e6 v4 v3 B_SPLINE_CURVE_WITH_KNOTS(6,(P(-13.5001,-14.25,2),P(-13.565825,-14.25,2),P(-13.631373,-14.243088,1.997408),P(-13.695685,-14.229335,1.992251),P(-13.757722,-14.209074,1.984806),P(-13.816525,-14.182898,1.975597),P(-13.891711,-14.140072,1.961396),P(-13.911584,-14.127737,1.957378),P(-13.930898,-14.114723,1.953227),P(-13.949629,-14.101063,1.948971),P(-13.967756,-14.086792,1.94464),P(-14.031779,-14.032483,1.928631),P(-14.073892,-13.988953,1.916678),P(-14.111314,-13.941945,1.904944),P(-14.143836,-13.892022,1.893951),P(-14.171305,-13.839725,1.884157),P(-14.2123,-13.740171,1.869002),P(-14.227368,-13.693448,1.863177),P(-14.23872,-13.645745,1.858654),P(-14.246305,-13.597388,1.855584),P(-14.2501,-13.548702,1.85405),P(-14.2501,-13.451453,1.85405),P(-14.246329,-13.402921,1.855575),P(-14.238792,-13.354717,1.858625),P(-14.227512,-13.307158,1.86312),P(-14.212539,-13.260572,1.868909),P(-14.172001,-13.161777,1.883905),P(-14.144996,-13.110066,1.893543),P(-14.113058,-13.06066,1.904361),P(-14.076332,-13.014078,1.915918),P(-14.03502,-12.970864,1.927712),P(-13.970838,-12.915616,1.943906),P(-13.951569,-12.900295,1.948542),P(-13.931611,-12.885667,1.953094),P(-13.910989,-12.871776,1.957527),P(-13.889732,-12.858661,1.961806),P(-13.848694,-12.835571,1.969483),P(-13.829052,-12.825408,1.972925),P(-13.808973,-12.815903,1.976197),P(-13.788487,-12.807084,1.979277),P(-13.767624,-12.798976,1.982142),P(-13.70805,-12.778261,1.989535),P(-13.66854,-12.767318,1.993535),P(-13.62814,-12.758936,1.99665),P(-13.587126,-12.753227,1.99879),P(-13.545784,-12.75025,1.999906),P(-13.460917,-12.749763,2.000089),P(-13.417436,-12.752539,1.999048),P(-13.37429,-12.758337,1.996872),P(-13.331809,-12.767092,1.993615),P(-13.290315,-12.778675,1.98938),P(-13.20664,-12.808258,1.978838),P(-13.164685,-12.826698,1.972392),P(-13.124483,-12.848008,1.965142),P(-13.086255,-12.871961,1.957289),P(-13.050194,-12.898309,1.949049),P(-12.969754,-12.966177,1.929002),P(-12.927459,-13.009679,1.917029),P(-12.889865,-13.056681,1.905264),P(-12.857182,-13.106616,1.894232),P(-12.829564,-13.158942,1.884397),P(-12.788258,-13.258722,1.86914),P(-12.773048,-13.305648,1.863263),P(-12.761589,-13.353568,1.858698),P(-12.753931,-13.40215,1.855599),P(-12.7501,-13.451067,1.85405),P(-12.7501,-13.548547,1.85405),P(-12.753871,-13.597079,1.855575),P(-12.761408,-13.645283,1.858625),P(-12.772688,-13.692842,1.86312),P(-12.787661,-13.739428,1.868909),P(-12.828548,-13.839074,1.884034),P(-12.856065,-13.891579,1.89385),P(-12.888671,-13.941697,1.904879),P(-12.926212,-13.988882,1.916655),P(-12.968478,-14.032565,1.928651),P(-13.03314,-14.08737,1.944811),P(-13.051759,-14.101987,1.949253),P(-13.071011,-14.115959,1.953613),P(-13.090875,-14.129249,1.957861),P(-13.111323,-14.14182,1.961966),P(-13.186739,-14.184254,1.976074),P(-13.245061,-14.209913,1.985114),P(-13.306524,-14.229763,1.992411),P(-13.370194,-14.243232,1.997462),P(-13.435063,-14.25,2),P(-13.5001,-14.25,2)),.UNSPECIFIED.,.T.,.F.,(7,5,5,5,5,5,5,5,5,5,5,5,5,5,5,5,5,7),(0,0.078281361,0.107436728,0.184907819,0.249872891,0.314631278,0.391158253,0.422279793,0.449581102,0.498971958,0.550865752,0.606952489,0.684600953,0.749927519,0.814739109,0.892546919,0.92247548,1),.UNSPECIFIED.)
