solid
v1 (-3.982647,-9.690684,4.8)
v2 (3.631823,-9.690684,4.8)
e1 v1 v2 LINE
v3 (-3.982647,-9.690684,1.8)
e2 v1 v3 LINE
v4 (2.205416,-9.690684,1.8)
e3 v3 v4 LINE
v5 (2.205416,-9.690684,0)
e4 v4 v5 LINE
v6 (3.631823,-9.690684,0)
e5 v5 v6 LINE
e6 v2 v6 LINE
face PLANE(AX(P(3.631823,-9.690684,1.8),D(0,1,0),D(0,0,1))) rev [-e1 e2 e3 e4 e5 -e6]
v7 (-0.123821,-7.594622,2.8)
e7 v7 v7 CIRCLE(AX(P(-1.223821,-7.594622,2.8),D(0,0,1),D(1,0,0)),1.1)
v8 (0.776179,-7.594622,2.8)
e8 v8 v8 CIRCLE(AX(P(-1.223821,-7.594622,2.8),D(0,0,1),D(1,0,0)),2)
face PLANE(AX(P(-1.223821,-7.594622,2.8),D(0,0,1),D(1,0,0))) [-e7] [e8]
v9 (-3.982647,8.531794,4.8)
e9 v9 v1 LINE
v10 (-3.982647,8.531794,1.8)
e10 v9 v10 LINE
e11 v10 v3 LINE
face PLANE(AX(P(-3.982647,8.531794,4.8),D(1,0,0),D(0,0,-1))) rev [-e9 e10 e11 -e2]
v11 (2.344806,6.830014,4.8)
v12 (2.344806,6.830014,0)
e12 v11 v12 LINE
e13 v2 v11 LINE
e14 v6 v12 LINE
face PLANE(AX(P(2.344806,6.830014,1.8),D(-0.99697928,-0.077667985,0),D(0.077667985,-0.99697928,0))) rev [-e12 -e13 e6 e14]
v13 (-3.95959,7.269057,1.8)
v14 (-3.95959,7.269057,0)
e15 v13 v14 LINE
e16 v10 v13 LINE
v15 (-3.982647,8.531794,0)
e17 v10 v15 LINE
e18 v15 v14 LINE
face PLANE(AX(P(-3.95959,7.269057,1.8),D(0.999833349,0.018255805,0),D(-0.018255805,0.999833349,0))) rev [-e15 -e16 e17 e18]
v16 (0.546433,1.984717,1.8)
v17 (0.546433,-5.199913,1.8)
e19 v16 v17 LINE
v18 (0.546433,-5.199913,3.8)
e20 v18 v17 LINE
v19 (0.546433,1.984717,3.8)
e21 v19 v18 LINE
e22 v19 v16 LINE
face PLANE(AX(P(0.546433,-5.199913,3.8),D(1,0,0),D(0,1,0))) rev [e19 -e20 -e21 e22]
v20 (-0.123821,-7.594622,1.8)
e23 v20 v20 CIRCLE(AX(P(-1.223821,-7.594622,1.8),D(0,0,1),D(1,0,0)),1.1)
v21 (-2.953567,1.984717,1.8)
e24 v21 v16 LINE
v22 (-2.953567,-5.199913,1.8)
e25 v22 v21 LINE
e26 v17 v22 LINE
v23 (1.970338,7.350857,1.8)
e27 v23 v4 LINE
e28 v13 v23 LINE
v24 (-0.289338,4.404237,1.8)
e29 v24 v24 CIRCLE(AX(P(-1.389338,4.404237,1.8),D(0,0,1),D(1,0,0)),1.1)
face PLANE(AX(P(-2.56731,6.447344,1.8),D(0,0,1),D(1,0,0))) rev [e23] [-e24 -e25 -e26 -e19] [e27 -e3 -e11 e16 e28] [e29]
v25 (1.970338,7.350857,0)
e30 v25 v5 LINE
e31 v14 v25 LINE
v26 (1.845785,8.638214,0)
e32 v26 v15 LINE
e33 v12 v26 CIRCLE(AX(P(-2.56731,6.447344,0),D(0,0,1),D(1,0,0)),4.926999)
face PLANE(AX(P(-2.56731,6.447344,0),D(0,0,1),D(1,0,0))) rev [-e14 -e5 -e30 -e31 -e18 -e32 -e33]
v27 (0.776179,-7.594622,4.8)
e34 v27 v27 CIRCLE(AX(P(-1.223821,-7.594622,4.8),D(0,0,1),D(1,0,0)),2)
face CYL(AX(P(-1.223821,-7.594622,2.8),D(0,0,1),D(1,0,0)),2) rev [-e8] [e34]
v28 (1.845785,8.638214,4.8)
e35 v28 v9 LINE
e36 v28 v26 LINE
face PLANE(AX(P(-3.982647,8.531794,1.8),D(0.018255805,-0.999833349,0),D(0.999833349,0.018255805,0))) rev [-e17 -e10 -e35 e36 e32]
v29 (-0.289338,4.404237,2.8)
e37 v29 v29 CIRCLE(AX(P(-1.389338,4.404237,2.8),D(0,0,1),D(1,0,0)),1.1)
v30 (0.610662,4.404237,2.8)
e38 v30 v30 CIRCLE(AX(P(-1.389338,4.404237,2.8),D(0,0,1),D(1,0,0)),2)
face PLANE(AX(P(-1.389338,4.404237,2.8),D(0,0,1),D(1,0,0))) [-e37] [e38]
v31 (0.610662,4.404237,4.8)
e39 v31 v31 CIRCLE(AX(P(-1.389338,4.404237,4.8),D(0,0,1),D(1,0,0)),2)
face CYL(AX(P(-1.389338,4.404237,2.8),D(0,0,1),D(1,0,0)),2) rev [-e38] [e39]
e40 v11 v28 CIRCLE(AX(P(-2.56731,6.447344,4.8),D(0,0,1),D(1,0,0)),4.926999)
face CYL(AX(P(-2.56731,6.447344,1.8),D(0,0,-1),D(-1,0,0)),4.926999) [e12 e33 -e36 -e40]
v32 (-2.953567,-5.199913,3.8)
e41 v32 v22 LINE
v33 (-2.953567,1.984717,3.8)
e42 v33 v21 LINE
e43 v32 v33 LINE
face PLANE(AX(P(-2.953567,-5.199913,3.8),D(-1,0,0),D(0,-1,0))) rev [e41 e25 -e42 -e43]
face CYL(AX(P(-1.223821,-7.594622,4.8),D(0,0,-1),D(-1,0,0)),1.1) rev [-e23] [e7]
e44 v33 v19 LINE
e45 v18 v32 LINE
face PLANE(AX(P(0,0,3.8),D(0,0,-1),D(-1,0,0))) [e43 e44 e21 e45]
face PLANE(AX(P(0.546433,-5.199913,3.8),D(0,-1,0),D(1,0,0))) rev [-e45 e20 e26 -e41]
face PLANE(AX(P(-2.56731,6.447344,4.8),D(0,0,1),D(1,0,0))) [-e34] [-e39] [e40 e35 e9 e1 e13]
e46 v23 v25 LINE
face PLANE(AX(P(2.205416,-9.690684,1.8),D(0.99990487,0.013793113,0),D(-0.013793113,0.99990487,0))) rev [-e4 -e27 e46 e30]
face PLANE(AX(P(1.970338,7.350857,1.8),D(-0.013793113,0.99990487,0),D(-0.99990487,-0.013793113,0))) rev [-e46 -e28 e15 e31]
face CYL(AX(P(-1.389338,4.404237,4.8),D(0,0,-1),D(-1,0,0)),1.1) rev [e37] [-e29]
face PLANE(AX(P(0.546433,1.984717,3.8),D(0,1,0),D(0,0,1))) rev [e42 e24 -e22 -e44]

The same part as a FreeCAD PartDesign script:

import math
import FreeCAD as App
import Part
import Sketcher

V = App.Vector

doc = App.newDocument("Part")
body = doc.addObject("PartDesign::Body", "Body")

# Sketch on XY plane
sketch1 = body.newObject("Sketcher::SketchObject", "Sketch")
sketch1.AttachmentSupport = (doc.getObject("XY_Plane"), [""])
sketch1.MapMode = "FlatFace"
sketch1.addGeometry(Part.LineSegment(V(3.63, -9.69, 0), V(2.34, 6.83, 0)), False)
sketch1.addGeometry(Part.ArcOfCircle(Part.Circle(V(-2.57, 6.45, 0), V(0, 0, 1), 4.93), math.radians(4), math.radians(26)), False)
sketch1.addGeometry(Part.LineSegment(V(1.85, 8.64, 0), V(-3.98, 8.53, 0)), False)
sketch1.addGeometry(Part.LineSegment(V(-3.98, 8.53, 0), V(-3.96, 7.27, 0)), False)
sketch1.addGeometry(Part.LineSegment(V(-3.96, 7.27, 0), V(1.97, 7.35, 0)), False)
sketch1.addGeometry(Part.LineSegment(V(1.97, 7.35, 0), V(1.98, 6.95, 0)), False)
sketch1.addGeometry(Part.LineSegment(V(1.98, 6.95, 0), V(2.21, -9.69, 0)), False)
sketch1.addGeometry(Part.LineSegment(V(2.21, -9.69, 0), V(3.63, -9.69, 0)), False)
sketch1.addConstraint(Sketcher.Constraint("Tangent", 0, 2, 1, 1))
sketch1.addConstraint(Sketcher.Constraint("Coincident", 1, 2, 2, 1))
sketch1.addConstraint(Sketcher.Constraint("Coincident", 2, 2, 3, 1))
sketch1.addConstraint(Sketcher.Constraint("Coincident", 3, 2, 4, 1))
sketch1.addConstraint(Sketcher.Constraint("Coincident", 4, 2, 5, 1))
sketch1.addConstraint(Sketcher.Constraint("Coincident", 5, 2, 6, 1))
sketch1.addConstraint(Sketcher.Constraint("Coincident", 6, 2, 7, 1))
sketch1.addConstraint(Sketcher.Constraint("Coincident", 7, 2, 0, 1))
sketch1.addConstraint(Sketcher.Constraint("Horizontal", 7))
sketch1.addConstraint(Sketcher.Constraint("Perpendicular", 2, 3))
sketch1.addConstraint(Sketcher.Constraint("Perpendicular", 4, 5))
sketch1.addConstraint(Sketcher.Constraint("Parallel", 5, 6))
sketch1.addConstraint(Sketcher.Constraint("Radius", 1, 4.926999))
sketch1.addConstraint(Sketcher.Constraint("DistanceX", -1, 1, 5, 2, 1.975902))
sketch1.addConstraint(Sketcher.Constraint("DistanceY", 0, 2, 1, 2, 1.8082))
sketch1.addConstraint(Sketcher.Constraint("DistanceY", 3, 2, 4, 2, 0.0818))
sketch1.addConstraint(Sketcher.Constraint("DistanceY", 0, 2, 5, 2, 0.1175))
sketch1.addConstraint(Sketcher.Constraint("DistanceY", 6, 2, 0, 2, 16.520698))
sketch1.addConstraint(Sketcher.Constraint("Distance", 5, 0.403382))
sketch1.addConstraint(Sketcher.Constraint("DistanceX", 7, 1, 7, 2, 1.426407))
sketch1.addConstraint(Sketcher.Constraint("DistanceX", 1, 3, -1, 1, 2.56731))
sketch1.addConstraint(Sketcher.Constraint("DistanceX", 3, 2, -1, 1, 3.95959))
sketch1.addConstraint(Sketcher.Constraint("DistanceY", 1, 3, 2, 2, 2.084449))
sketch1.addConstraint(Sketcher.Constraint("DistanceY", -1, 1, 1, 3, 6.447344))
pad1 = body.newObject("PartDesign::Pad", "Pad")
pad1.Profile = sketch1
pad1.Length = 1.8

# Sketch on XY plane
sketch2 = body.newObject("Sketcher::SketchObject", "Sketch001")
sketch2.AttachmentSupport = (doc.getObject("XY_Plane"), [""])
sketch2.MapMode = "FlatFace"
sketch2.AttachmentOffset = App.Placement(V(0, 0, 1.8), App.Rotation())
sketch2.addGeometry(Part.LineSegment(V(-4, 8.5, 0), V(-4, -9.7, 0)), False)
sketch2.addGeometry(Part.LineSegment(V(-4, -9.7, 0), V(3.6, -9.7, 0)), False)
sketch2.addGeometry(Part.LineSegment(V(3.6, -9.7, 0), V(2.3, 6.8, 0)), False)
sketch2.addGeometry(Part.ArcOfCircle(Part.Circle(V(-2.6, 6.4, 0), V(0, 0, 1), 4.9), math.radians(4), math.radians(26)), False)
sketch2.addGeometry(Part.LineSegment(V(1.8, 8.6, 0), V(-4, 8.5, 0)), False)
sketch2.addGeometry(Part.Circle(V(-1.2, -7.6, 0), V(0, 0, 1), 1.1), False)
sketch2.addGeometry(Part.Circle(V(-1.4, 4.4, 0), V(0, 0, 1), 1.1), False)
sketch2.addConstraint(Sketcher.Constraint("Coincident", 0, 2, 1, 1))
sketch2.addConstraint(Sketcher.Constraint("Coincident", 1, 2, 2, 1))
sketch2.addConstraint(Sketcher.Constraint("Tangent", 2, 2, 3, 1))
sketch2.addConstraint(Sketcher.Constraint("Coincident", 3, 2, 4, 1))
sketch2.addConstraint(Sketcher.Constraint("Coincident", 4, 2, 0, 1))
sketch2.addConstraint(Sketcher.Constraint("Vertical", 0))
sketch2.addConstraint(Sketcher.Constraint("Horizontal", 1))
sketch2.addConstraint(Sketcher.Constraint("Equal", 5, 6))
sketch2.addConstraint(Sketcher.Constraint("Diameter", 5, 2.2))
sketch2.addConstraint(Sketcher.Constraint("Radius", 3, 4.926999))
sketch2.addConstraint(Sketcher.Constraint("DistanceX", 1, 1, 1, 2, 7.61447))
sketch2.addConstraint(Sketcher.Constraint("DistanceY", 1, 2, 2, 2, 16.520698))
sketch2.addConstraint(Sketcher.Constraint("DistanceY", 2, 2, 3, 2, 1.8082))
sketch2.addConstraint(Sketcher.Constraint("DistanceY", 0, 2, 0, 1, 18.222478))
sketch2.addConstraint(Sketcher.Constraint("DistanceX", 3, 3, -1, 1, 2.56731))
sketch2.addConstraint(Sketcher.Constraint("DistanceX", 5, 3, -1, 1, 1.223821))
sketch2.addConstraint(Sketcher.Constraint("DistanceY", 5, 3, -1, 1, 7.594622))
sketch2.addConstraint(Sketcher.Constraint("DistanceX", 6, 3, -1, 1, 1.389338))
sketch2.addConstraint(Sketcher.Constraint("DistanceY", 5, 3, 6, 3, 11.998858))
sketch2.addConstraint(Sketcher.Constraint("DistanceX", 0, 2, 6, 3, 2.593308))
sketch2.addConstraint(Sketcher.Constraint("DistanceY", 0, 2, 6, 3, 14.094921))
pad2 = body.newObject("PartDesign::Pad", "Pad001")
pad2.Profile = sketch2
pad2.Length = 3

# Sketch on XY plane
sketch3 = body.newObject("Sketcher::SketchObject", "Sketch002")
sketch3.AttachmentSupport = (doc.getObject("XY_Plane"), [""])
sketch3.MapMode = "FlatFace"
sketch3.AttachmentOffset = App.Placement(V(0, 0, 1.8), App.Rotation())
sketch3.addGeometry(Part.LineSegment(V(-3, -5.2, 0), V(-3, 2, 0)), False)
sketch3.addGeometry(Part.LineSegment(V(-3, 2, 0), V(0.5, 2, 0)), False)
sketch3.addGeometry(Part.LineSegment(V(0.5, 2, 0), V(0.5, -5.2, 0)), False)
sketch3.addGeometry(Part.LineSegment(V(0.5, -5.2, 0), V(-3, -5.2, 0)), False)
sketch3.addConstraint(Sketcher.Constraint("Coincident", 0, 2, 1, 1))
sketch3.addConstraint(Sketcher.Constraint("Coincident", 1, 2, 2, 1))
sketch3.addConstraint(Sketcher.Constraint("Coincident", 2, 2, 3, 1))
sketch3.addConstraint(Sketcher.Constraint("Coincident", 3, 2, 0, 1))
sketch3.addConstraint(Sketcher.Constraint("Vertical", 0))
sketch3.addConstraint(Sketcher.Constraint("Horizontal", 1))
sketch3.addConstraint(Sketcher.Constraint("Vertical", 2))
sketch3.addConstraint(Sketcher.Constraint("Horizontal", 3))
sketch3.addConstraint(Sketcher.Constraint("DistanceX", 1, 1, 1, 2, 3.5))
sketch3.addConstraint(Sketcher.Constraint("DistanceY", 0, 1, 0, 2, 7.18463))
sketch3.addConstraint(Sketcher.Constraint("DistanceX", 0, 2, -1, 1, 2.953567))
sketch3.addConstraint(Sketcher.Constraint("DistanceY", -1, 1, 0, 2, 1.984717))
pocket1 = body.newObject("PartDesign::Pocket", "Pocket")
pocket1.Profile = sketch3
pocket1.Length = 2
pocket1.Reversed = True

# Sketch on XY plane
sketch4 = body.newObject("Sketcher::SketchObject", "Sketch003")
sketch4.AttachmentSupport = (doc.getObject("XY_Plane"), [""])
sketch4.MapMode = "FlatFace"
sketch4.AttachmentOffset = App.Placement(V(0, 0, 4.8), App.Rotation())
sketch4.addGeometry(Part.Circle(V(-1.4, 4.4, 0), V(0, 0, 1), 2), False)
sketch4.addGeometry(Part.Circle(V(-1.2, -7.6, 0), V(0, 0, 1), 2), False)
sketch4.addConstraint(Sketcher.Constraint("Equal", 0, 1))
sketch4.addConstraint(Sketcher.Constraint("Diameter", 0, 4.0))
sketch4.addConstraint(Sketcher.Constraint("DistanceX", 0, 3, -1, 1, 1.389338))
sketch4.addConstraint(Sketcher.Constraint("DistanceX", 1, 3, -1, 1, 1.223821))
sketch4.addConstraint(Sketcher.Constraint("DistanceY", 1, 3, -1, 1, 7.594622))
sketch4.addConstraint(Sketcher.Constraint("DistanceY", 1, 3, 0, 3, 11.998858))
pocket2 = body.newObject("PartDesign::Pocket", "Pocket001")
pocket2.Profile = sketch4
pocket2.Length = 2

doc.recompute()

==================================================

* **Task item**
Look back at the entries above. Retype the line with "e37 v29 v29", the line with "The same part", and all lines in between.

* **Task output**
e37 v29 v29 CIRCLE(AX(P(-1.389338,4.404237,2.8),D(0,0,1),D(1,0,0)),1.1)
v30 (0.610662,4.404237,2.8)
e38 v30 v30 CIRCLE(AX(P(-1.389338,4.404237,2.8),D(0,0,1),D(1,0,0)),2)
face PLANE(AX(P(-1.389338,4.404237,2.8),D(0,0,1),D(1,0,0))) [-e37] [e38]
v31 (0.610662,4.404237,4.8)
e39 v31 v31 CIRCLE(AX(P(-1.389338,4.404237,4.8),D(0,0,1),D(1,0,0)),2)
face CYL(AX(P(-1.389338,4.404237,2.8),D(0,0,1),D(1,0,0)),2) rev [-e38] [e39]
e40 v11 v28 CIRCLE(AX(P(-2.56731,6.447344,4.8),D(0,0,1),D(1,0,0)),4.926999)
face CYL(AX(P(-2.56731,6.447344,1.8),D(0,0,-1),D(-1,0,0)),4.926999) [e12 e33 -e36 -e40]
v32 (-2.953567,-5.199913,3.8)
e41 v32 v22 LINE
v33 (-2.953567,1.984717,3.8)
e42 v33 v21 LINE
e43 v32 v33 LINE
face PLANE(AX(P(-2.953567,-5.199913,3.8),D(-1,0,0),D(0,-1,0))) rev [e41 e25 -e42 -e43]
face CYL(AX(P(-1.223821,-7.594622,4.8),D(0,0,-1),D(-1,0,0)),1.1) rev [-e23] [e7]
e44 v33 v19 LINE
e45 v18 v32 LINE
face PLANE(AX(P(0,0,3.8),D(0,0,-1),D(-1,0,0))) [e43 e44 e21 e45]
face PLANE(AX(P(0.546433,-5.199913,3.8),D(0,-1,0),D(1,0,0))) rev [-e45 e20 e26 -e41]
face PLANE(AX(P(-2.56731,6.447344,4.8),D(0,0,1),D(1,0,0))) [-e34] [-e39] [e40 e35 e9 e1 e13]
e46 v23 v25 LINE
face PLANE(AX(P(2.205416,-9.690684,1.8),D(0.99990487,0.013793113,0),D(-0.013793113,0.99990487,0))) rev [-e4 -e27 e46 e30]
face PLANE(AX(P(1.970338,7.350857,1.8),D(-0.013793113,0.99990487,0),D(-0.99990487,-0.013793113,0))) rev [-e46 -e28 e15 e31]
face CYL(AX(P(-1.389338,4.404237,4.8),D(0,0,-1),D(-1,0,0)),1.1) rev [e37] [-e29]
face PLANE(AX(P(0.546433,1.984717,3.8),D(0,1,0),D(0,0,1))) rev [e42 e24 -e22 -e44]

The same part as a FreeCAD PartDesign script:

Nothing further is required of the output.